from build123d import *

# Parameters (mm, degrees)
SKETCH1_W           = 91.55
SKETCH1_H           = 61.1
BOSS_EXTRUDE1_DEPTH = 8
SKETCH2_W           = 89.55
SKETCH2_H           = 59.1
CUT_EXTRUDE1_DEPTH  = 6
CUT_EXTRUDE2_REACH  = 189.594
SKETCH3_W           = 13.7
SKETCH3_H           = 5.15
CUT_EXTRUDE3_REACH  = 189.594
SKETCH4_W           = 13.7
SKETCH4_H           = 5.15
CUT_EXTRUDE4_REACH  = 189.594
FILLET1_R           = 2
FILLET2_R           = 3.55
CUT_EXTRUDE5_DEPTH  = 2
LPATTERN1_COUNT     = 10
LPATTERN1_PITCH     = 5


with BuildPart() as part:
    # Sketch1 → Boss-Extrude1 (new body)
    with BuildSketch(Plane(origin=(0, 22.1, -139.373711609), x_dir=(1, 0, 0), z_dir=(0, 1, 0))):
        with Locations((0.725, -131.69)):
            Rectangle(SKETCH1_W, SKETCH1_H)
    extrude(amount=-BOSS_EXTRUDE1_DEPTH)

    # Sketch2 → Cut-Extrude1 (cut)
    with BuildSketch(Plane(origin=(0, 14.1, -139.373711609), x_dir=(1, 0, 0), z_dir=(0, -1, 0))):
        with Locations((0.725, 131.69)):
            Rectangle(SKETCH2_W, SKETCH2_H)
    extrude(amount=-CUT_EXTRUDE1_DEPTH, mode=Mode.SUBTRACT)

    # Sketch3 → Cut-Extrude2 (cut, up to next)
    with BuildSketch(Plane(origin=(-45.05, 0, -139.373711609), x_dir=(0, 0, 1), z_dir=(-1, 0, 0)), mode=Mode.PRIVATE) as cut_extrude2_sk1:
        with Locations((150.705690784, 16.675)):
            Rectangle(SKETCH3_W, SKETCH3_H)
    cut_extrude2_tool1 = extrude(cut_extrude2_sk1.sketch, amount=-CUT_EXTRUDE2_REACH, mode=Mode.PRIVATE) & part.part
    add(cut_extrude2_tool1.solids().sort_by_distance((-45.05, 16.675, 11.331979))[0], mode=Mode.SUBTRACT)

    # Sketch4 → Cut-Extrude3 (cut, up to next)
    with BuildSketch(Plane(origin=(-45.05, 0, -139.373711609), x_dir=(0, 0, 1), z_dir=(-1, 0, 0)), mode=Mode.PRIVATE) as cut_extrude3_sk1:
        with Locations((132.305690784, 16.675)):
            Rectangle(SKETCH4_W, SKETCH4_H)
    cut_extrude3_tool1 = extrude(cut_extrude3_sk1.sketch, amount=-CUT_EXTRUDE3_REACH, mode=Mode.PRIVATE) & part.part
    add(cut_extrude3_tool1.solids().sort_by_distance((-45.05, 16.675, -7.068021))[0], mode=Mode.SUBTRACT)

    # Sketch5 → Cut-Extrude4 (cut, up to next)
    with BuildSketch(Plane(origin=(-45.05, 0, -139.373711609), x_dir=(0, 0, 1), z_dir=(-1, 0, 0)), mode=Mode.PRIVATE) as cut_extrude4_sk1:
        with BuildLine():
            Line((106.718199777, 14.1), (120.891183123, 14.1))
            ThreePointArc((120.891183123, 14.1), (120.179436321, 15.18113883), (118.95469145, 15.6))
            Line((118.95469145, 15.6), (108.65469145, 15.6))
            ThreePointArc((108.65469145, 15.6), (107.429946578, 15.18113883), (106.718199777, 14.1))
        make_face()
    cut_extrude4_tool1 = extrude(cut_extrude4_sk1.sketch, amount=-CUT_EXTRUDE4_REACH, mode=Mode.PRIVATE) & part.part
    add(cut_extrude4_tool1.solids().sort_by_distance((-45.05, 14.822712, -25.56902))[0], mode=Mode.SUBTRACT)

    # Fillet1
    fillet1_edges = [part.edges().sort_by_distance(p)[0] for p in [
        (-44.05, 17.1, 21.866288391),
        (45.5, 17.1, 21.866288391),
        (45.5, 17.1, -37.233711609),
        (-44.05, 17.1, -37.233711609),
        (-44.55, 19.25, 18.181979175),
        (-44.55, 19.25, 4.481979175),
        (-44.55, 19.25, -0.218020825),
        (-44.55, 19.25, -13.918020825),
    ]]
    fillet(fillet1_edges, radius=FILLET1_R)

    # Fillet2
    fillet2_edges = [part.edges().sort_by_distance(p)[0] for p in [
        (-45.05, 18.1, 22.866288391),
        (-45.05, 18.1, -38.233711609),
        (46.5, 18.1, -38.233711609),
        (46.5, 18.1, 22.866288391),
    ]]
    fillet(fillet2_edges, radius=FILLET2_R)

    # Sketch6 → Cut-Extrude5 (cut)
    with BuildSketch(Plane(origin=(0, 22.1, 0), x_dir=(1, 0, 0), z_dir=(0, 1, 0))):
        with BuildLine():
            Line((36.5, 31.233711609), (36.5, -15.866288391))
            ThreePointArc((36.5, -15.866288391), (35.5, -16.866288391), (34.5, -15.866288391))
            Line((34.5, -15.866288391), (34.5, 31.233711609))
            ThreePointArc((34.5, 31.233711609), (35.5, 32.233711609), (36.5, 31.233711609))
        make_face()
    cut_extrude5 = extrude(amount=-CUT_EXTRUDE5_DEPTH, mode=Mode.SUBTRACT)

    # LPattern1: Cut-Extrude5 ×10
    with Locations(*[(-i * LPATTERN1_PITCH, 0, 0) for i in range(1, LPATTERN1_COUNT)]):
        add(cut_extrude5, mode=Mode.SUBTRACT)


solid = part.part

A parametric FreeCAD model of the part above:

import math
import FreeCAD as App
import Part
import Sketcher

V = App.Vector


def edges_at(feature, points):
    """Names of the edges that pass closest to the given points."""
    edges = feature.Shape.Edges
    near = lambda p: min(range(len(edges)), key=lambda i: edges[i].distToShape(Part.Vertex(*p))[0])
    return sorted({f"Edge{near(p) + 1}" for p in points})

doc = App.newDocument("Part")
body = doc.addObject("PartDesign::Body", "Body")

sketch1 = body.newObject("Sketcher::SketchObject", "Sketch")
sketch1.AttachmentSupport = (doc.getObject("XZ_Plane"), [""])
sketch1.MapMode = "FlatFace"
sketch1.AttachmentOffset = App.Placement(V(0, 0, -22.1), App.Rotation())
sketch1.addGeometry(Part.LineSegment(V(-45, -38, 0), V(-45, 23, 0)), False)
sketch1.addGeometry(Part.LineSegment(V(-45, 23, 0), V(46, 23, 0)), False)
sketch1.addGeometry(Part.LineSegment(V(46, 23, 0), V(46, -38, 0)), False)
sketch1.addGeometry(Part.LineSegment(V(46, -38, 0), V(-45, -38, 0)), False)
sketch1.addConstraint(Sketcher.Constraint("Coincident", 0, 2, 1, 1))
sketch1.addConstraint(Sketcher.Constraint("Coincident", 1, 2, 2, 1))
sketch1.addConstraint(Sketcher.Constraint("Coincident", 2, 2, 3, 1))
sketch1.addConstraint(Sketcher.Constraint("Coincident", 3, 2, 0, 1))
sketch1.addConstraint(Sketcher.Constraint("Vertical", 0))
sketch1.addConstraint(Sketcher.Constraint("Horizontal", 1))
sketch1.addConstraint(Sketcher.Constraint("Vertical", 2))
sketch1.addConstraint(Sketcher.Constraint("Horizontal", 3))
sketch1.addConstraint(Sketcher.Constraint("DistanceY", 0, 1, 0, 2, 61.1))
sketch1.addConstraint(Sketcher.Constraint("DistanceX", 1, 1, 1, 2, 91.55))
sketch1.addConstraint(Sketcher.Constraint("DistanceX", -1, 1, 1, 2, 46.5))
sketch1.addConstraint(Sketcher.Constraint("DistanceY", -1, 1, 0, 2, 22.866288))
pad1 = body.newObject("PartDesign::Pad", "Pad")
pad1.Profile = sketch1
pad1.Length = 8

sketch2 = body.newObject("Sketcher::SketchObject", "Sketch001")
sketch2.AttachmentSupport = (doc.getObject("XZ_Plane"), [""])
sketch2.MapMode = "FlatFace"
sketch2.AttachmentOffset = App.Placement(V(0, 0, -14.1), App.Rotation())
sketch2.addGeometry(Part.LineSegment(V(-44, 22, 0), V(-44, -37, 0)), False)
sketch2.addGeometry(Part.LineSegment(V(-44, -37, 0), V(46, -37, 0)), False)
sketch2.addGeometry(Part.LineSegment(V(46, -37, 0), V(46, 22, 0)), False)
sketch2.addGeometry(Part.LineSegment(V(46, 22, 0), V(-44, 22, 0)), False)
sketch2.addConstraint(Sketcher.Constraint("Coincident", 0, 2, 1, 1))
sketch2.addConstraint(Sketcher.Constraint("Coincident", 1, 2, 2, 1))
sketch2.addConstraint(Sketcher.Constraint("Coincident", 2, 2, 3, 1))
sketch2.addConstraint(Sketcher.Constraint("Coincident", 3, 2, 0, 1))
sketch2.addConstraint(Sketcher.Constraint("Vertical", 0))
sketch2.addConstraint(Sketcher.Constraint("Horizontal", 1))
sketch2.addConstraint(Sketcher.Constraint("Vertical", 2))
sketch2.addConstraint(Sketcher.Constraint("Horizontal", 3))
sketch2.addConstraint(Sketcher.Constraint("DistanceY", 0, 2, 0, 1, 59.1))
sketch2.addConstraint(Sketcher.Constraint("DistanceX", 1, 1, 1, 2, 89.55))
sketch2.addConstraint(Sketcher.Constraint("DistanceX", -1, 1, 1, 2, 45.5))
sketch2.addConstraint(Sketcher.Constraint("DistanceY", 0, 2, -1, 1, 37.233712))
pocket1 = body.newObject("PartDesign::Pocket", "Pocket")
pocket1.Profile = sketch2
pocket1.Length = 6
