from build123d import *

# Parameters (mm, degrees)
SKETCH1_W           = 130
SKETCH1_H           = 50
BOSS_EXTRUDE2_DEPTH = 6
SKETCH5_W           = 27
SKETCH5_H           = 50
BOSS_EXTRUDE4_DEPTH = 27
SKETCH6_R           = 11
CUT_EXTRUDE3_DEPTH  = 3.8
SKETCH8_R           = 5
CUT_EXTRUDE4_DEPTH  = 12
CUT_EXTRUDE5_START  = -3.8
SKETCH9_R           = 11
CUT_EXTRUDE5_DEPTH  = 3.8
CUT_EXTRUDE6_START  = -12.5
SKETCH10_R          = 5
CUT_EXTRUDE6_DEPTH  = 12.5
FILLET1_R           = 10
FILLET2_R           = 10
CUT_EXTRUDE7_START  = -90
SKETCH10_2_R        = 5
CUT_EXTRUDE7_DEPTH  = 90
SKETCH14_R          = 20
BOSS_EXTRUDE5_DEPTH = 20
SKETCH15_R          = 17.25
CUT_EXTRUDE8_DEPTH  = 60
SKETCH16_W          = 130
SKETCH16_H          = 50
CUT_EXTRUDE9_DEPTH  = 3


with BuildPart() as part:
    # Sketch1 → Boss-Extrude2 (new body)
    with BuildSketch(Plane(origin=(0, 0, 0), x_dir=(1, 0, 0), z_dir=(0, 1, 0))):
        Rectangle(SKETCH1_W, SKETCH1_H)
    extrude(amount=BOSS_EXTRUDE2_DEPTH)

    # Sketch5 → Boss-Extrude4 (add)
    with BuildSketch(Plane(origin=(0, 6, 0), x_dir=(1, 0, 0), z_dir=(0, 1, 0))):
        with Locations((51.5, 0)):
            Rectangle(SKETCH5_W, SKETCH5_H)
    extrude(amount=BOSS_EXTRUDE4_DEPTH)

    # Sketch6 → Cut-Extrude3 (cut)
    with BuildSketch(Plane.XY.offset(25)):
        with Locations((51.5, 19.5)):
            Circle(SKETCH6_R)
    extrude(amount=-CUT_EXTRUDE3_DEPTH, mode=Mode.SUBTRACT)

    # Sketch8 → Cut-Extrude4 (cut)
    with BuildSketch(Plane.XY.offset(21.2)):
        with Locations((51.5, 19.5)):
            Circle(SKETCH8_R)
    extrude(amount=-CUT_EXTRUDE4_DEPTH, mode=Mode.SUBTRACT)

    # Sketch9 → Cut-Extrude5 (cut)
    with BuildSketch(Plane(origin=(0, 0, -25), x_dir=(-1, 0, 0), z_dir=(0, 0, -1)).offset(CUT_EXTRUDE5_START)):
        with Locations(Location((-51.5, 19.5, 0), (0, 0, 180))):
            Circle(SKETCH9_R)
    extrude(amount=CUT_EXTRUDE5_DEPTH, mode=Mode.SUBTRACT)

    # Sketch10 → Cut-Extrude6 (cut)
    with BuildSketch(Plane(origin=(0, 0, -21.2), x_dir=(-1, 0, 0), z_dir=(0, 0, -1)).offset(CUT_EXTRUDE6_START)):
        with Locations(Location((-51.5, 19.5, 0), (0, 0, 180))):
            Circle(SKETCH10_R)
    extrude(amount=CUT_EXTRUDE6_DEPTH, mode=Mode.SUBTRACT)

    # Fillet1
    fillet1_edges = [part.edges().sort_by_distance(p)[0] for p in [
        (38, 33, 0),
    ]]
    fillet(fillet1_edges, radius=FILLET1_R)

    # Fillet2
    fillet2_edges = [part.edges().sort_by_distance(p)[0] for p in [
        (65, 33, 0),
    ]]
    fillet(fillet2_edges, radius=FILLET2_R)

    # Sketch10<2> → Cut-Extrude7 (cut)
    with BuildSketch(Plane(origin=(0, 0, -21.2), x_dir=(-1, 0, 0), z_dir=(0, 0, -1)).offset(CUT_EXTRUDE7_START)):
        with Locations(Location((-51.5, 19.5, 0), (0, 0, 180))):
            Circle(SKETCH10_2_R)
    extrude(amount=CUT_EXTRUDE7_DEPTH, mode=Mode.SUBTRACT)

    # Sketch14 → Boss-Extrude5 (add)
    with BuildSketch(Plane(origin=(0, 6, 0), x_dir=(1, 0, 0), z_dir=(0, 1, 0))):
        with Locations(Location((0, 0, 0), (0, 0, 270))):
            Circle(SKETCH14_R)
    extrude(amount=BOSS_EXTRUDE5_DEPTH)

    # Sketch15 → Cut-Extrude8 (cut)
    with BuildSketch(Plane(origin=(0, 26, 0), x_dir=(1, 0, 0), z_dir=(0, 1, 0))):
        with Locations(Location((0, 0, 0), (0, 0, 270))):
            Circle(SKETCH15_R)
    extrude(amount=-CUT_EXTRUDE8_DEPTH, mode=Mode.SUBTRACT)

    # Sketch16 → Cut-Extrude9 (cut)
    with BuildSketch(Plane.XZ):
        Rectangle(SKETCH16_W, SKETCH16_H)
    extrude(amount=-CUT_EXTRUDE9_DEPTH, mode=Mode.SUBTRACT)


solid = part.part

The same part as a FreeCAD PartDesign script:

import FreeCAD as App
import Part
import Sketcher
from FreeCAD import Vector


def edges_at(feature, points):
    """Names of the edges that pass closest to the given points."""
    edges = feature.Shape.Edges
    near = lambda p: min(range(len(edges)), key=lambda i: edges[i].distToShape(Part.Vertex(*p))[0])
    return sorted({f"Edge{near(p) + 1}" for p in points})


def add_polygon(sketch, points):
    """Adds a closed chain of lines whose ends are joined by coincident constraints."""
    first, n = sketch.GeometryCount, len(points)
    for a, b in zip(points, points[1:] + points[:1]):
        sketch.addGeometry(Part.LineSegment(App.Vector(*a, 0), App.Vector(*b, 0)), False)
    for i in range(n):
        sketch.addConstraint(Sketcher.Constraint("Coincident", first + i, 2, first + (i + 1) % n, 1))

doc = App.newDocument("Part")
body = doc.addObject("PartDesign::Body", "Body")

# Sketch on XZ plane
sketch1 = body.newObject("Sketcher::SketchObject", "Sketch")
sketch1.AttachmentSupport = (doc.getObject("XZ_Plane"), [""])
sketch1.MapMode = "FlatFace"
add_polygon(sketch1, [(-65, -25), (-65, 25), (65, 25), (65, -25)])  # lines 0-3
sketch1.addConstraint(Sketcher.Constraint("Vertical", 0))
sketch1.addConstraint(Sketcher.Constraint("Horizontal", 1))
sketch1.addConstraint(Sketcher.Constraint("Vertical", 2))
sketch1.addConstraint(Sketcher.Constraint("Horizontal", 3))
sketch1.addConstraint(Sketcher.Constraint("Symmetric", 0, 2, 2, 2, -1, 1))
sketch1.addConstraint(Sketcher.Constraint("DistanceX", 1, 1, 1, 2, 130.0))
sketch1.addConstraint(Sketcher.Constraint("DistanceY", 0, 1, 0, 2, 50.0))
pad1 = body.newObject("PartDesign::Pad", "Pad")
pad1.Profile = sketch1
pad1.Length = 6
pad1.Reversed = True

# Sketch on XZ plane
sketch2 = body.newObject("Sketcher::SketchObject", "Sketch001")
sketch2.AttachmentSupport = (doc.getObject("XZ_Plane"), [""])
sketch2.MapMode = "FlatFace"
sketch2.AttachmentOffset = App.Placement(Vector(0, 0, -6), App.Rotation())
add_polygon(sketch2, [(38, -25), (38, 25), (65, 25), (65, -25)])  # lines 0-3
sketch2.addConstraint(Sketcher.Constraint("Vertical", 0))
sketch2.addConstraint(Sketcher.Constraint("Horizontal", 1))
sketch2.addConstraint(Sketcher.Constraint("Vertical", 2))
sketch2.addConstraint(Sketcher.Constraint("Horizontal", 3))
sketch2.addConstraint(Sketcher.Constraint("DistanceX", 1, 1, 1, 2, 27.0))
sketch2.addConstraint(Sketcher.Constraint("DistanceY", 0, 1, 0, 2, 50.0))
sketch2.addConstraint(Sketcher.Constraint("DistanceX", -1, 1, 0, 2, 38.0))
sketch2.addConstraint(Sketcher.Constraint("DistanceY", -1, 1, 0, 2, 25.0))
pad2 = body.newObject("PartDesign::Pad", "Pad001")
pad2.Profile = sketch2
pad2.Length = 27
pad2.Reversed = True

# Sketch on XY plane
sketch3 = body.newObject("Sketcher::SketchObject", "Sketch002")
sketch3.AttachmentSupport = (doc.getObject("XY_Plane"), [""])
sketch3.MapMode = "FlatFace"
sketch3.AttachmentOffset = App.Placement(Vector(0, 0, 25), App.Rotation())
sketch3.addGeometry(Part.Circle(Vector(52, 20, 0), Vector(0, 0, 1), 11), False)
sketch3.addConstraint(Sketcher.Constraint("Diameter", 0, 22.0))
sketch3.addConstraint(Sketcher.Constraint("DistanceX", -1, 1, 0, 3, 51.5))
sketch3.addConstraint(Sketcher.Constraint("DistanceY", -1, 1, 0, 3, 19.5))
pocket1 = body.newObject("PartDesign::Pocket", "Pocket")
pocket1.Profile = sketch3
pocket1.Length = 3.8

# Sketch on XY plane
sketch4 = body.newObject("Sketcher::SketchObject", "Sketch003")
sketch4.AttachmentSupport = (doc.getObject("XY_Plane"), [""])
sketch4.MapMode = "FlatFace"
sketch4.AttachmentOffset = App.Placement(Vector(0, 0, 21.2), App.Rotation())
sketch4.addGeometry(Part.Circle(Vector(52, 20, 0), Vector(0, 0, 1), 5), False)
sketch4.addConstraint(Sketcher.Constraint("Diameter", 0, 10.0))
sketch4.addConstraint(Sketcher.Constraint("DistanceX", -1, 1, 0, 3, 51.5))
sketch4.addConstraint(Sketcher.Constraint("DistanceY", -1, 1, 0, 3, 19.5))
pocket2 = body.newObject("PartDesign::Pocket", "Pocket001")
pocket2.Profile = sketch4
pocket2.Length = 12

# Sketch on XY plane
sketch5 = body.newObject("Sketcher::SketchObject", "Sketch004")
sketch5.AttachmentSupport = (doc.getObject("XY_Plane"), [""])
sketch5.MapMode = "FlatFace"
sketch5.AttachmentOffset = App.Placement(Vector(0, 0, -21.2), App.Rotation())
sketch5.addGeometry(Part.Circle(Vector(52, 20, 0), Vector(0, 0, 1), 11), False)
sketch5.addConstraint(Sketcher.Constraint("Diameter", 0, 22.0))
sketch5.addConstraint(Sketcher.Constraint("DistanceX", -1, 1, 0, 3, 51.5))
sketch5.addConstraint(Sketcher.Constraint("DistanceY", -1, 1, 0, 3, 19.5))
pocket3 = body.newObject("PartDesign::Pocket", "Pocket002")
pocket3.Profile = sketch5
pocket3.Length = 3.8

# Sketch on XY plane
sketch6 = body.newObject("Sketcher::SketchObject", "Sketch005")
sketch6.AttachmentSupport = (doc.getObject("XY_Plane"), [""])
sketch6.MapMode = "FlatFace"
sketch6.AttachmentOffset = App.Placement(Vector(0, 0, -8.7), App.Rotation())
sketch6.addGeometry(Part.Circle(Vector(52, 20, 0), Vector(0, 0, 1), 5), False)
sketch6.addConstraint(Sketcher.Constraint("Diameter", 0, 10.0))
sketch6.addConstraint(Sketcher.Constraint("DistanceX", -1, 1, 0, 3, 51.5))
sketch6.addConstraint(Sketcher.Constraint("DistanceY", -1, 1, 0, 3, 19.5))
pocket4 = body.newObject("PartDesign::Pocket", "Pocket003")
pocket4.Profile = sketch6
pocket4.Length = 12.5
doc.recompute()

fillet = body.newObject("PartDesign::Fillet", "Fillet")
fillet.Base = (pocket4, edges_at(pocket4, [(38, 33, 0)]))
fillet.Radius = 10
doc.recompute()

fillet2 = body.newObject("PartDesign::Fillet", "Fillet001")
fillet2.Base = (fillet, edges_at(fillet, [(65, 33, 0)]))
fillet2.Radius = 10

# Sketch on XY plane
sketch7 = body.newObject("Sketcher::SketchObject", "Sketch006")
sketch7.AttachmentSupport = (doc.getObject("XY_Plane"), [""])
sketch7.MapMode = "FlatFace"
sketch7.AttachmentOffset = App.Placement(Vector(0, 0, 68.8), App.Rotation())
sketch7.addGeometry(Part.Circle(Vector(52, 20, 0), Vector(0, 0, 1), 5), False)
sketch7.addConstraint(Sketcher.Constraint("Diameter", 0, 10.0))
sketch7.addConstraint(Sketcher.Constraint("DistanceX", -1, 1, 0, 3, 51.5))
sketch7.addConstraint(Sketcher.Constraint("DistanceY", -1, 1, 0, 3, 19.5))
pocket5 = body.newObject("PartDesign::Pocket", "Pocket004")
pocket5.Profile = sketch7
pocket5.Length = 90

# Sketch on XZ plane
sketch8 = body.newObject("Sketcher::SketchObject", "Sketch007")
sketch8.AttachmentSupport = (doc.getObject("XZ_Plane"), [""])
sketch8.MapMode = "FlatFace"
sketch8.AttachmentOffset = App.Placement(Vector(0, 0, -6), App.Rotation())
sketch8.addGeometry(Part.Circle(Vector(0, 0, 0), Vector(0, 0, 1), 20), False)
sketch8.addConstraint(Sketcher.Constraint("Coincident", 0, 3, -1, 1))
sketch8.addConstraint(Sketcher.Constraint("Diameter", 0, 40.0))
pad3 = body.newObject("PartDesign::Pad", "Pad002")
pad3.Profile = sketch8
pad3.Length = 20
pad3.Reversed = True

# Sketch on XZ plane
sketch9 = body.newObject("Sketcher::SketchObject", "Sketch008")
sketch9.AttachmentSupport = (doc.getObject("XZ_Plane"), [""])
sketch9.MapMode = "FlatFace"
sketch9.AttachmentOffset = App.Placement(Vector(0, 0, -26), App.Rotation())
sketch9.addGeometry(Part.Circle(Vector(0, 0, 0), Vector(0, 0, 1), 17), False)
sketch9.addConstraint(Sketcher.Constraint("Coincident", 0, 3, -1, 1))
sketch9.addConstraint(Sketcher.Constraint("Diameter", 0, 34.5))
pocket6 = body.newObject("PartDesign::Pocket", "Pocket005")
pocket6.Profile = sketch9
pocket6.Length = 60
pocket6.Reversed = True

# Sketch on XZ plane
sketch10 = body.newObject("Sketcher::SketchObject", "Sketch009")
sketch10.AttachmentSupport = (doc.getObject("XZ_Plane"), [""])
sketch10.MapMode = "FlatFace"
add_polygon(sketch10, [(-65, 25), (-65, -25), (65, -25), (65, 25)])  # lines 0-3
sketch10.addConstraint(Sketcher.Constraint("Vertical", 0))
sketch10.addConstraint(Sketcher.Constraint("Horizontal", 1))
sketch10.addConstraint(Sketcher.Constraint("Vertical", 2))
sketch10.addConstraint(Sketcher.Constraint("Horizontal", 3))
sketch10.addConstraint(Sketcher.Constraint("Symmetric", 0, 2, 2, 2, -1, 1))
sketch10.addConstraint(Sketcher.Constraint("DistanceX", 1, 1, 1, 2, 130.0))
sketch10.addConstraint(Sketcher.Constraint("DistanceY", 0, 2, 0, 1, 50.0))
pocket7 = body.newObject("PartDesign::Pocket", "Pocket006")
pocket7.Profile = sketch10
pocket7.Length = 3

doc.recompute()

• _Task item_: Show every line above where "solids" is found.

• _Answer to the problem_:
    add(cut_extrude2_tool1.solids().sort_by_distance((-45.05, 16.675, 11.331979))[0], mode=Mode.SUBTRACT)
    add(cut_extrude3_tool1.solids().sort_by_distance((-45.05, 16.675, -7.068021))[0], mode=Mode.SUBTRACT)
    add(cut_extrude4_tool1.solids().sort_by_distance((-45.05, 14.822712, -25.56902))[0], mode=Mode.SUBTRACT)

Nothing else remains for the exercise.